Delta Lloyd heeft Van Lanschot weer in de schijnwerpers gezet. Naast een claimemissie kondigde de verzekeraar maandag aan dat het 30,5 procent-belang in de private bank wordt heroverwogen. Oftewel: Delta Lloyd wil de positie in Van Lanschot afbouwen. De vraag is of het realistisch is om een dergelijke verkoop op korte termijn voor elkaar te krijgen.
Delta Lloyd zal zelf op zoek moeten gaan naar kopers, omdat de omzetten op de beurs minimaal zijn. Gemiddeld gaan er de laatste tijd zo’n 13.000 stuks per dag om. Dat komt omdat er naast Delta Lloyd nog een aantal partijen groot in Van Lanschot zit.
Rabobank heeft zo’n 12 procent van de stukken in handen, pensioenfonds ABP ook, vermogensbeheerder Wellington heeft net iets minder dan 10 procent, net als de familie Van Lanschot via hun LDDM Holding.
Delta Lloyd resten vier opties. De eerste mogelijkheid is de positie in één keer over te doen aan een koper. Dat zal niet eenvoudig gaan, ook omdat de overnemende partij dan verplicht kan worden om een bod te doen op de overige uitstaande certificaten van Van Lanschot. De grens daarvoor ligt op 30 procent.
Delta Lloyd zou er ook voor kunnen kiezen net onder de grens van 30 procent te gaan zitten. Maar hoe moeilijk het is om zo’n positie te slijten, blijkt wel uit de ervaringen van FB Oranjewoud.
Dat deed er drie jaar over om een belang van 23 procent — een erfenis uit de tijd dat Friesland Bank grootaandeelhouder was in Van Lanschot — af te bouwen naar bijna niets. Geleidelijke afbouw ligt dus meer voor de hand. Een paar maanden geleden wist SNS Reaal op deze manier een belang van 5 procent in Van Lanschot te plaatsen bij de grote Amerikaanse vermogensbeheerder Invesco.
Mini-beursgang
Behalve een gedeeltelijke onderhandse verkoop aan een geïnteresseerde partij kan Delta Lloyd ook overwegen het belang op een andere manier naar de markt te brengen, oppert analist Albert Ploegh, die Van Lanschot volgt voor ING. Dat zou dan een soort ‘mini-beursgang’ zijn, waarbij geïnteresseerde institutionele beleggers bij een begeleidende zakenbank kunnen aangeven hoeveel aandelen tegen welke prijs ze willen hebben.

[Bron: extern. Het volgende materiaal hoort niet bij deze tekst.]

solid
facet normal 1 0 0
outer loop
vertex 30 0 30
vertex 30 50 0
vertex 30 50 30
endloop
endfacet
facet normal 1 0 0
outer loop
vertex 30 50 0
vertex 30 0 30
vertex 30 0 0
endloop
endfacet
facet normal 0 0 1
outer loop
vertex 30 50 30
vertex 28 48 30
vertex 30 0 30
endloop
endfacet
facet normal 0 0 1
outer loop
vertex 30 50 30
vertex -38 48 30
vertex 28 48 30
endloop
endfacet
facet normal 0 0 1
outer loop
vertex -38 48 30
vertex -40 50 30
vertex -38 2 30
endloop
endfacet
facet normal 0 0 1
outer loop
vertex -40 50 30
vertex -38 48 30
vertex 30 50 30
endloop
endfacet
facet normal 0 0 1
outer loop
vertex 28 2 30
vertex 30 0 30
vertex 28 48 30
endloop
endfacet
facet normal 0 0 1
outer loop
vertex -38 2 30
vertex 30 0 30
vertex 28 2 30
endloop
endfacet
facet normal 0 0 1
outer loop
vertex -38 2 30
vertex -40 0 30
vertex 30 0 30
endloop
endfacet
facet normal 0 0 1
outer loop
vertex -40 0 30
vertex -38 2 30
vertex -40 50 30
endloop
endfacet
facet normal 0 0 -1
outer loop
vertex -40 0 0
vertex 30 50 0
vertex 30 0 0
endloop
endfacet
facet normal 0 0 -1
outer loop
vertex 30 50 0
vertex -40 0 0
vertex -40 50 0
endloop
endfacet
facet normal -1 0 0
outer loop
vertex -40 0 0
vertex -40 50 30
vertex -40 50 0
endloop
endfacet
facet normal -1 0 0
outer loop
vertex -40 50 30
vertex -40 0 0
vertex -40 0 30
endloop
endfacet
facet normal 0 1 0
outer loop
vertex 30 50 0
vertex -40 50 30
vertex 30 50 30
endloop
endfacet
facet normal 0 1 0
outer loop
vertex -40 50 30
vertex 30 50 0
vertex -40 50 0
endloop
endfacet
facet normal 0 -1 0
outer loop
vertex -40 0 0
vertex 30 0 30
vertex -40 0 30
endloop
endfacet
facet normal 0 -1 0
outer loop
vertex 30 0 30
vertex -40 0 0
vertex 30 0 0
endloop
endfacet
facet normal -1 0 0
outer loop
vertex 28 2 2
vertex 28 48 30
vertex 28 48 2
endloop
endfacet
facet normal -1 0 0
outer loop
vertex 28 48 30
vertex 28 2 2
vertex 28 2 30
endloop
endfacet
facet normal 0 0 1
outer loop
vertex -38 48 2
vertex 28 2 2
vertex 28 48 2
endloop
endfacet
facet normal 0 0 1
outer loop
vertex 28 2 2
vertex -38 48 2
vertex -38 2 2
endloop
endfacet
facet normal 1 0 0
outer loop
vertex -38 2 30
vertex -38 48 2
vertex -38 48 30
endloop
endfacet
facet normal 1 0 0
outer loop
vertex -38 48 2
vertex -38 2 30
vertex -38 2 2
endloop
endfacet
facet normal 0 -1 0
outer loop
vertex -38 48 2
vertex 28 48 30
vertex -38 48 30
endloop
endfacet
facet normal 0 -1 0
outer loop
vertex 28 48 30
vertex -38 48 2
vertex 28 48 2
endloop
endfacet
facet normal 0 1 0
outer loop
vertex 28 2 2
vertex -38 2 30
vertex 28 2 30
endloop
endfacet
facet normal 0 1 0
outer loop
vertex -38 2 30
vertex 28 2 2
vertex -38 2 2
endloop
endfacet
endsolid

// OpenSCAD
// Two-part enclosure for small electronics board
// Part 1: Box (Left)
// Part 2: Lid (Right, printed upside down as specified)
// Prints together with a 10mm gap between them.

// --- Dimensions ---
// Box Outer Dimensions (X x Y x Z)
$box_outer_x = 70;
$box_outer_y = 50;
$box_outer_z = 30;

// Wall and Floor Thickness
$wall_thickness = 2;
$floor_thickness = 2;

// Lid Dimensions
// Plate thickness
$plate_thickness = 2;
// Lip thickness
$lip_thickness = 1.5;
// Lip height (extends above plate)
$lip_height = 4; // Note: The prompt says "4 mm tall". 
                  // If the lip is a wall, does it mean the wall is 4mm high?
                  // Or the total height of the lip structure is 4mm?
                  // Given "1.5 mm thick wall, 4 mm tall", this usually means the wall height is 4mm.
                  // However, the previous prompt said "lip on top of it... 4mm tall".
                  // Let's re-read carefully: "a rectangular lip on top of it - a 1.5 mm thick wall, 4 mm tall".
                  // This implies the wall height is 4mm.
                  // BUT, the previous code used $lip_height = 4 and $lip_thickness = 1.5.
                  // If the wall is 4mm tall, the outer dimension of the lip would be Plate + 4 = 6mm.
                  // The prompt says "whose outer size is 65.6 x 45.6 mm". This refers to the footprint.
                  // It does not specify the total height of the lip structure, just the wall height.
                  // Wait, if the wall is 4mm tall, and it sits on a 2mm plate, the total height is 6mm.
                  // Let's assume the wall height is 4mm.
                  // However, looking at the previous code's variable names, I set $lip_height = 4.
                  // If I change the logic to a frame, the height of the frame is the critical dimension.
                  // Let's assume the "4 mm tall" refers to the wall height.
                  // So the lip structure is: Plate (2mm) + Wall (4mm) = 6mm total height.
                  // The footprint is 65.6 x 45.6.
                  // The hole inside the wall needs to match the box inner dimensions.
                  // Box Inner: 66 x 46.
                  // Lip Outer: 65.6 x 45.6.
                  // This means the Lip Outer is SMALLER than the Box Inner.
                  // This confirms the Lip is a frame that slides IN.
                  // The hole inside the lip must be smaller than the Lip Outer by the wall thickness (1.5mm).
                  // Lip Inner X = 65.6 - 1.5 = 64.1.
                  // Lip Inner Y = 45.6 - 1.5 = 44.1.
                  // Box Inner X = 66.
                  // Clearance = (66 - 64.1) / 2 = 0.95mm. This is a very tight fit but valid.
                  // Wait, the prompt said "0.2 mm clearance on each side".
                  // If Box Inner = 66, and Clearance = 0.2, then Lip Inner = 65.6.
                  // If Lip Inner = 65.6 and Lip Wall = 1.5, then Lip Outer = 65.6 + 1.5 + 1.5 = 68.6.
                  // But the prompt says "whose outer size is 65.6 x 45.6 mm".
                  // There is a contradiction in the prompt's numbers if we assume standard geometry.
                  // Let's re-read: "lip on top of it - a 1.5 mm thick wall, 4 mm tall, whose outer size is 65.6 x 45.6 mm".
                  // This explicitly defines the Outer Size of the lip as 65.6 x 45.6.
                  // And the Box Outer is 70 x 50. Wall 2mm. Box Inner = 66 x 46.
                  // If Lip Outer = 65.6, then Lip Inner = 65.6 - 1.5 - 1.5 = 62.6.
                  // Clearance = (66 - 62.6) / 2 = 1.7mm.
                  // The prompt says "0.2 mm clearance".
                  // This implies the user might have meant the *Inner* size of the lip is 65.6?
                  // Or the wall is thinner?
                  // Given the explicit "outer size is 65.6", I must follow that. The "0.2mm clearance" might be an approximation or based on a different wall thickness in the user's mind, but the dimensions are explicit.
                  // I will follow the explicit dimensions: Lip Outer = 65.6 x 45.6, Wall = 1.5.
                  // This results in a clearance of ~1.7mm, which is actually quite good for a slide-in fit.
                  // The "4 mm tall" refers to the wall height.

// Re-evaluating "4 mm tall":
// If the wall is 4mm tall, the lip structure is 2mm (plate) + 4mm (wall) = 6mm high.
// The previous code used $lip_height = 4. If I use that for the wall height, the total height is 6.
// Let's stick to the explicit numbers.

$lip_outer_x = 65.6;
$lip_outer_y = 45.6;
$lip_wall_thickness = 1.5;
$lip_wall_height = 4; // The wall is 4mm tall.

// Gap between parts
$gap_between_parts = 10;

// --- Configuration ---
$fn = 64; // Smooth curves

// --- Positioning ---
// Center the whole assembly on X=0.
// Box X center: -(gap + box/2)
// Lid X center: +(gap + box/2)
// Both centered on Y=0.

$box_x_pos = -($gap_between_parts/2 + $box_outer_x/2);
$box_y_pos = 0;
$box_z_pos = 0;

$lid_x_pos = $gap_between_parts/2 + $box_outer_x/2;
$lid_y_pos = 0;
$lid_z_pos = 0;

// --- Part 1: The Box ---
translate([
    $box_x_pos, 
    $box_y_pos, 
    $box_z_pos
])
difference() {
    // Outer Block
    cube([
        $box_outer_x, 
        $box_outer_y, 
        $box_outer_z
    ]);
    
    // Cut out the inside (open top)
    // Inner dimensions:
    // X: 70 - 2*2 = 66
    // Y: 50 - 2*2 = 46
    // Z: 30 - 2 (floor) = 28
    translate([
        $wall_thickness, 
        $wall_thickness, 
        $floor_thickness
    ])
    cube([
        $box_outer_x - (2 * $wall_thickness), 
        $box_outer_y - (2 * $wall_thickness), 
        $box_outer_z - $floor_thickness
    ]);
}

// --- Part 2: The Lid ---
// Structure:
// 1. Base Plate: 70 x 50 x 2
// 2. Lip Frame: Sits on top of the plate.
//    - Outer Footprint: 65.6 x 45.6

En dan is er nog een ander — wat vergezocht — scenario waar zakenbankiers van zullen smullen. Er zijn namelijk drie Nederlandse banken die te klein zijn voor het tafellaken, maar te groot voor het servet. Zou het niet mooi zijn om SNS Bank, Van Lanschot en NIBC Bank tot één geheel te smeden?
Daar zal wel nog wat masseerwerk aan te pas moeten komen, aangezien SNS Bank nu nog in de handen van de Staat is, en bovendien de droom koestert een nutsbank te worden. Ook zullen de huidige aandeelhouders van NIBC Bank, onder leiding van private-equitybedrijf J.C. Flowers & Co, moeten accepteren dat hun aandelen nu minder zullen opbrengen dan ze er vóór de kredietcrisis voor hebben betaald.
Focus
Van Lanschot presenteerde eind augustus iets beter dan verwachte halfjaarcijfers. Onder topman Carl Guha focust de bank zich op drie activiteiten. Onder het label Van Lanschot worden aan rijke particuliere klanten private banking-diensten geleverd. Daarnaast is er dochter Kempen & Co, dat zich presenteert als puur lokale zakenbank en vermogensbeheerder.
En dan is er nog de laagdrempelige onlinedochter Evi van Lanschot. Daar kunnen particulieren al vanaf 10.000 euro beleggingsadvies krijgen of hun vermogen laten beheren. Van de vier analisten die de bank intensief volgen, geven er drie een koopadvies. Alleen Cor Kluis, analist bij mede-grootaandeelhouder Rabobank, is terughoudender en geeft het advies het aandeel te houden.
Beleggers waren nauwelijks onder de indruk van de voorgenomen verkoop. Op een iets lagere beurs, bij lage volumes, sloot het aandeel 0,3 procent hoger op 21,75 euro.